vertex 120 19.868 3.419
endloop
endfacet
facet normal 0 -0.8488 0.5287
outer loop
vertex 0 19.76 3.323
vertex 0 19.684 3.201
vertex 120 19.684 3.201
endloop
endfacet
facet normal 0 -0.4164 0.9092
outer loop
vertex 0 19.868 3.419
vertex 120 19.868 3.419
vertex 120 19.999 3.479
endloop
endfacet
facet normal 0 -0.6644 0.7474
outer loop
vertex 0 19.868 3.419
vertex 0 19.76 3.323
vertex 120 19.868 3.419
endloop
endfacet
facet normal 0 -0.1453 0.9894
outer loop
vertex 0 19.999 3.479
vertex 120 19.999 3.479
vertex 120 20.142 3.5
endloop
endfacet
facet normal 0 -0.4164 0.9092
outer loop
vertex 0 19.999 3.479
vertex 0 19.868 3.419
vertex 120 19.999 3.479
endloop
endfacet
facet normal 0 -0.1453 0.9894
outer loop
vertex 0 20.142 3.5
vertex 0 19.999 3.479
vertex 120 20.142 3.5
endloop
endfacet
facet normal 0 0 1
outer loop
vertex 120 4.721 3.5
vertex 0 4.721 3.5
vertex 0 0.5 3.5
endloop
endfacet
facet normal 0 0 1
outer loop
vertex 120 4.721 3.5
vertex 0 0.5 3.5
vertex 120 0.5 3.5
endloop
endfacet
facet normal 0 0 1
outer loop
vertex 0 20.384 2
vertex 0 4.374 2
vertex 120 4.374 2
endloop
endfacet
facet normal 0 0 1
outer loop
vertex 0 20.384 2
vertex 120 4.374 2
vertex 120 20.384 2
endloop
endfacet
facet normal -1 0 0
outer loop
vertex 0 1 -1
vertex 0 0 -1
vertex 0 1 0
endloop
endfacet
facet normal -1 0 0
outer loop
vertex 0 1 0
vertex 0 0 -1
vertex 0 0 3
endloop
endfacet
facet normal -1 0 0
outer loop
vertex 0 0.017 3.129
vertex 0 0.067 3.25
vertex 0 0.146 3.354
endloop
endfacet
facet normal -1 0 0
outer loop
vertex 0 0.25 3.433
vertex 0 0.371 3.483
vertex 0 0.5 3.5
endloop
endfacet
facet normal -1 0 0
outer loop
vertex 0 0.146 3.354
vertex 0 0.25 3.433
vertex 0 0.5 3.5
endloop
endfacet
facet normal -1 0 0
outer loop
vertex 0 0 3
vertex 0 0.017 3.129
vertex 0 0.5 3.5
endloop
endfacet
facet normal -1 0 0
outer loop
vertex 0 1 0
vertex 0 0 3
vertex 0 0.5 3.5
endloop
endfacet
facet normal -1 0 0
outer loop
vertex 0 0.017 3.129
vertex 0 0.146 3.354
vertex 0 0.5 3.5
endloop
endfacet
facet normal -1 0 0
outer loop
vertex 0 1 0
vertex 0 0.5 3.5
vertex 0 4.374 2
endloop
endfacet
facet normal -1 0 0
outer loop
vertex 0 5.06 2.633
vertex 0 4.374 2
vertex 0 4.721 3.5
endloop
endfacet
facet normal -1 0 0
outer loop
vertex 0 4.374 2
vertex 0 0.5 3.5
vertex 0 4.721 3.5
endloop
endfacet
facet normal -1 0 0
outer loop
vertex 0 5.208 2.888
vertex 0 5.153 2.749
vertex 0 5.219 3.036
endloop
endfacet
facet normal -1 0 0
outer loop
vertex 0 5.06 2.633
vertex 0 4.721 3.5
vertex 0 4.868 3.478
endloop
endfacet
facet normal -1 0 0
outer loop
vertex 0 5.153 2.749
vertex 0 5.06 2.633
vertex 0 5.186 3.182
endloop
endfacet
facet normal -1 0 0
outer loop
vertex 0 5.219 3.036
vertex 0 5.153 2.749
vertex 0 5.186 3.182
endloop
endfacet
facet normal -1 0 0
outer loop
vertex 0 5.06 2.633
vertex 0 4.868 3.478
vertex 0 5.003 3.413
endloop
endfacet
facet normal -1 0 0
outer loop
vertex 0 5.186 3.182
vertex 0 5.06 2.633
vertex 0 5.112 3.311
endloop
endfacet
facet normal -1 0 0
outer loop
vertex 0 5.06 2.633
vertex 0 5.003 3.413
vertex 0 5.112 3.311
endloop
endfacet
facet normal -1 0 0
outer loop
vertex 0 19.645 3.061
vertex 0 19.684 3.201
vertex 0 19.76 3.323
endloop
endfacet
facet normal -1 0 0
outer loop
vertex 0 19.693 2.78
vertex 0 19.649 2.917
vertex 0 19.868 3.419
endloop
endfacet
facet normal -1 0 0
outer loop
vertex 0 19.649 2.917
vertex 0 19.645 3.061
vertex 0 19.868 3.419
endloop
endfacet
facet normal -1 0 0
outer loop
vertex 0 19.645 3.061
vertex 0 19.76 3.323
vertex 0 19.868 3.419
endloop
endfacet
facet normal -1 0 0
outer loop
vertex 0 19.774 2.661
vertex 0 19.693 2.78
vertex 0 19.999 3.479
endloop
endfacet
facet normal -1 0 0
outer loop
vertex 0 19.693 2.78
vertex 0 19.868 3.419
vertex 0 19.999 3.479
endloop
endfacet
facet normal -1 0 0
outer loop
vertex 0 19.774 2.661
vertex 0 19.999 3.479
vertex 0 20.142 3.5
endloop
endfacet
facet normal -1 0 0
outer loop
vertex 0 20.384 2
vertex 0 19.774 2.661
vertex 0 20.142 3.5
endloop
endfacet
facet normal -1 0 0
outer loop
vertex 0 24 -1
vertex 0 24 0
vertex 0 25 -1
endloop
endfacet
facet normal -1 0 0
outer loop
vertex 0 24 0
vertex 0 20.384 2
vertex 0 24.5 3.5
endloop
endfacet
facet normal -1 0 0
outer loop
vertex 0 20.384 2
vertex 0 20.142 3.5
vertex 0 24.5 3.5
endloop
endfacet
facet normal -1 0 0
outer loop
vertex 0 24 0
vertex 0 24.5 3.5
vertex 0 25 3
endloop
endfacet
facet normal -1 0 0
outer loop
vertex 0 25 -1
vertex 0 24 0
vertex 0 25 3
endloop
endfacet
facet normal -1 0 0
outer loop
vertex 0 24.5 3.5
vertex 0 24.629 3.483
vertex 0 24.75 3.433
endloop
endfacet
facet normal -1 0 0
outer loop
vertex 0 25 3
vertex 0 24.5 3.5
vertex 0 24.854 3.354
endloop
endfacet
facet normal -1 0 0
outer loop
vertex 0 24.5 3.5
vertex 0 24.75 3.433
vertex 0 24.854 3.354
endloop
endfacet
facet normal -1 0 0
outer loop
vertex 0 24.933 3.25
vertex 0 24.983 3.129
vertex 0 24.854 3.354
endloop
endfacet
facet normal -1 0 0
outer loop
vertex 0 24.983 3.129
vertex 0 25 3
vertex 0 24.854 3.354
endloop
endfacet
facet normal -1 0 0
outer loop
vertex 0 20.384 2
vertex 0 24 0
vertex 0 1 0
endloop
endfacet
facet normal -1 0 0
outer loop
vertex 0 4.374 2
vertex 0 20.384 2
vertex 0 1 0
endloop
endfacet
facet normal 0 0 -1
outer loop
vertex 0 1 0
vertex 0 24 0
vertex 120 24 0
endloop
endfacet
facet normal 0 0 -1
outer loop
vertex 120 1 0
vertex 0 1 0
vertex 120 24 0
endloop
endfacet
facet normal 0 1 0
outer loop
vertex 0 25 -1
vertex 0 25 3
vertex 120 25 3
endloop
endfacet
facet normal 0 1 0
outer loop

**Action item:**
Your task is to copy every entry above, exactly as written.

**Reply:**
vertex 120 19.868 3.419
endloop
endfacet
facet normal 0 -0.8488 0.5287
outer loop
vertex 0 19.76 3.323
vertex 0 19.684 3.201
vertex 120 19.684 3.201
endloop
endfacet
facet normal 0 -0.4164 0.9092
outer loop
vertex 0 19.868 3.419
vertex 120 19.868 3.419
vertex 120 19.999 3.479
endloop
endfacet
facet normal 0 -0.6644 0.7474
outer loop
vertex 0 19.868 3.419
vertex 0 19.76 3.323
vertex 120 19.868 3.419
endloop
endfacet
facet normal 0 -0.1453 0.9894
outer loop
vertex 0 19.999 3.479
vertex 120 19.999 3.479
vertex 120 20.142 3.5
endloop
endfacet
facet normal 0 -0.4164 0.9092
outer loop
vertex 0 19.999 3.479
vertex 0 19.868 3.419
vertex 120 19.999 3.479
endloop
endfacet
facet normal 0 -0.1453 0.9894
outer loop
vertex 0 20.142 3.5
vertex 0 19.999 3.479
vertex 120 20.142 3.5
endloop
endfacet
facet normal 0 0 1
outer loop
vertex 120 4.721 3.5
vertex 0 4.721 3.5
vertex 0 0.5 3.5
endloop
endfacet
facet normal 0 0 1
outer loop
vertex 120 4.721 3.5
vertex 0 0.5 3.5
vertex 120 0.5 3.5
endloop
endfacet
facet normal 0 0 1
outer loop
vertex 0 20.384 2
vertex 0 4.374 2
vertex 120 4.374 2
endloop
endfacet
facet normal 0 0 1
outer loop
vertex 0 20.384 2
vertex 120 4.374 2
vertex 120 20.384 2
endloop
endfacet
facet normal -1 0 0
outer loop
vertex 0 1 -1
vertex 0 0 -1
vertex 0 1 0
endloop
endfacet
facet normal -1 0 0
outer loop
vertex 0 1 0
vertex 0 0 -1
vertex 0 0 3
endloop
endfacet
facet normal -1 0 0
outer loop
vertex 0 0.017 3.129
vertex 0 0.067 3.25
vertex 0 0.146 3.354
endloop
endfacet
facet normal -1 0 0
outer loop
vertex 0 0.25 3.433
vertex 0 0.371 3.483
vertex 0 0.5 3.5
endloop
endfacet
facet normal -1 0 0
outer loop
vertex 0 0.146 3.354
vertex 0 0.25 3.433
vertex 0 0.5 3.5
endloop
endfacet
facet normal -1 0 0
outer loop
vertex 0 0 3
vertex 0 0.017 3.129
vertex 0 0.5 3.5
endloop
endfacet
facet normal -1 0 0
outer loop
vertex 0 1 0
vertex 0 0 3
vertex 0 0.5 3.5
endloop
endfacet
facet normal -1 0 0
outer loop
vertex 0 0.017 3.129
vertex 0 0.146 3.354
vertex 0 0.5 3.5
endloop
endfacet
facet normal -1 0 0
outer loop
vertex 0 1 0
vertex 0 0.5 3.5
vertex 0 4.374 2
endloop
endfacet
facet normal -1 0 0
outer loop
vertex 0 5.06 2.633
vertex 0 4.374 2
vertex 0 4.721 3.5
endloop
endfacet
facet normal -1 0 0
outer loop
vertex 0 4.374 2
vertex 0 0.5 3.5
vertex 0 4.721 3.5
endloop
endfacet
facet normal -1 0 0
outer loop
vertex 0 5.208 2.888
vertex 0 5.153 2.749
vertex 0 5.219 3.036
endloop
endfacet
facet normal -1 0 0
outer loop
vertex 0 5.06 2.633
vertex 0 4.721 3.5
vertex 0 4.868 3.478
endloop
endfacet
facet normal -1 0 0
outer loop
vertex 0 5.153 2.749
vertex 0 5.06 2.633
vertex 0 5.186 3.182
endloop
endfacet
facet normal -1 0 0
outer loop
vertex 0 5.219 3.036
vertex 0 5.153 2.749
vertex 0 5.186 3.182
endloop
endfacet
facet normal -1 0 0
outer loop
vertex 0 5.06 2.633
vertex 0 4.868 3.478
vertex 0 5.003 3.413
endloop
endfacet
facet normal -1 0 0
outer loop
vertex 0 5.186 3.182
vertex 0 5.06 2.633
vertex 0 5.112 3.311
endloop
endfacet
facet normal -1 0 0
outer loop
vertex 0 5.06 2.633
vertex 0 5.003 3.413
vertex 0 5.112 3.311
endloop
endfacet
facet normal -1 0 0
outer loop
vertex 0 19.645 3.061
vertex 0 19.684 3.201
vertex 0 19.76 3.323
endloop
endfacet
facet normal -1 0 0
outer loop
vertex 0 19.693 2.78
vertex 0 19.649 2.917
vertex 0 19.868 3.419
endloop
endfacet
facet normal -1 0 0
outer loop
vertex 0 19.649 2.917
vertex 0 19.645 3.061
vertex 0 19.868 3.419
endloop
endfacet
facet normal -1 0 0
outer loop
vertex 0 19.645 3.061
vertex 0 19.76 3.323
vertex 0 19.868 3.419
endloop
endfacet
facet normal -1 0 0
outer loop
vertex 0 19.774 2.661
vertex 0 19.693 2.78
vertex 0 19.999 3.479
endloop
endfacet
facet normal -1 0 0
outer loop
vertex 0 19.693 2.78
vertex 0 19.868 3.419
vertex 0 19.999 3.479
endloop
endfacet
facet normal -1 0 0
outer loop
vertex 0 19.774 2.661
vertex 0 19.999 3.479
vertex 0 20.142 3.5
endloop
endfacet
facet normal -1 0 0
outer loop
vertex 0 20.384 2
vertex 0 19.774 2.661
vertex 0 20.142 3.5
endloop
endfacet
facet normal -1 0 0
outer loop
vertex 0 24 -1
vertex 0 24 0
vertex 0 25 -1
endloop
endfacet
facet normal -1 0 0
outer loop
vertex 0 24 0
vertex 0 20.384 2
vertex 0 24.5 3.5
endloop
endfacet
facet normal -1 0 0
outer loop
vertex 0 20.384 2
vertex 0 20.142 3.5
vertex 0 24.5 3.5
endloop
endfacet
facet normal -1 0 0
outer loop
vertex 0 24 0
vertex 0 24.5 3.5
vertex 0 25 3
endloop
endfacet
facet normal -1 0 0
outer loop
vertex 0 25 -1
vertex 0 24 0
vertex 0 25 3
endloop
endfacet
facet normal -1 0 0
outer loop
vertex 0 24.5 3.5
vertex 0 24.629 3.483
vertex 0 24.75 3.433
endloop
endfacet
facet normal -1 0 0
outer loop
vertex 0 25 3
vertex 0 24.5 3.5
vertex 0 24.854 3.354
endloop
endfacet
facet normal -1 0 0
outer loop
vertex 0 24.5 3.5
vertex 0 24.75 3.433
vertex 0 24.854 3.354
endloop
endfacet
facet normal -1 0 0
outer loop
vertex 0 24.933 3.25
vertex 0 24.983 3.129
vertex 0 24.854 3.354
endloop
endfacet
facet normal -1 0 0
outer loop
vertex 0 24.983 3.129
vertex 0 25 3
vertex 0 24.854 3.354
endloop
endfacet
facet normal -1 0 0
outer loop
vertex 0 20.384 2
vertex 0 24 0
vertex 0 1 0
endloop
endfacet
facet normal -1 0 0
outer loop
vertex 0 4.374 2
vertex 0 20.384 2
vertex 0 1 0
endloop
endfacet
facet normal 0 0 -1
outer loop
vertex 0 1 0
vertex 0 24 0
vertex 120 24 0
endloop
endfacet
facet normal 0 0 -1
outer loop
vertex 120 1 0
vertex 0 1 0
vertex 120 24 0
endloop
endfacet
facet normal 0 1 0
outer loop
vertex 0 25 -1
vertex 0 25 3
vertex 120 25 3
endloop
endfacet
facet normal 0 1 0
outer loop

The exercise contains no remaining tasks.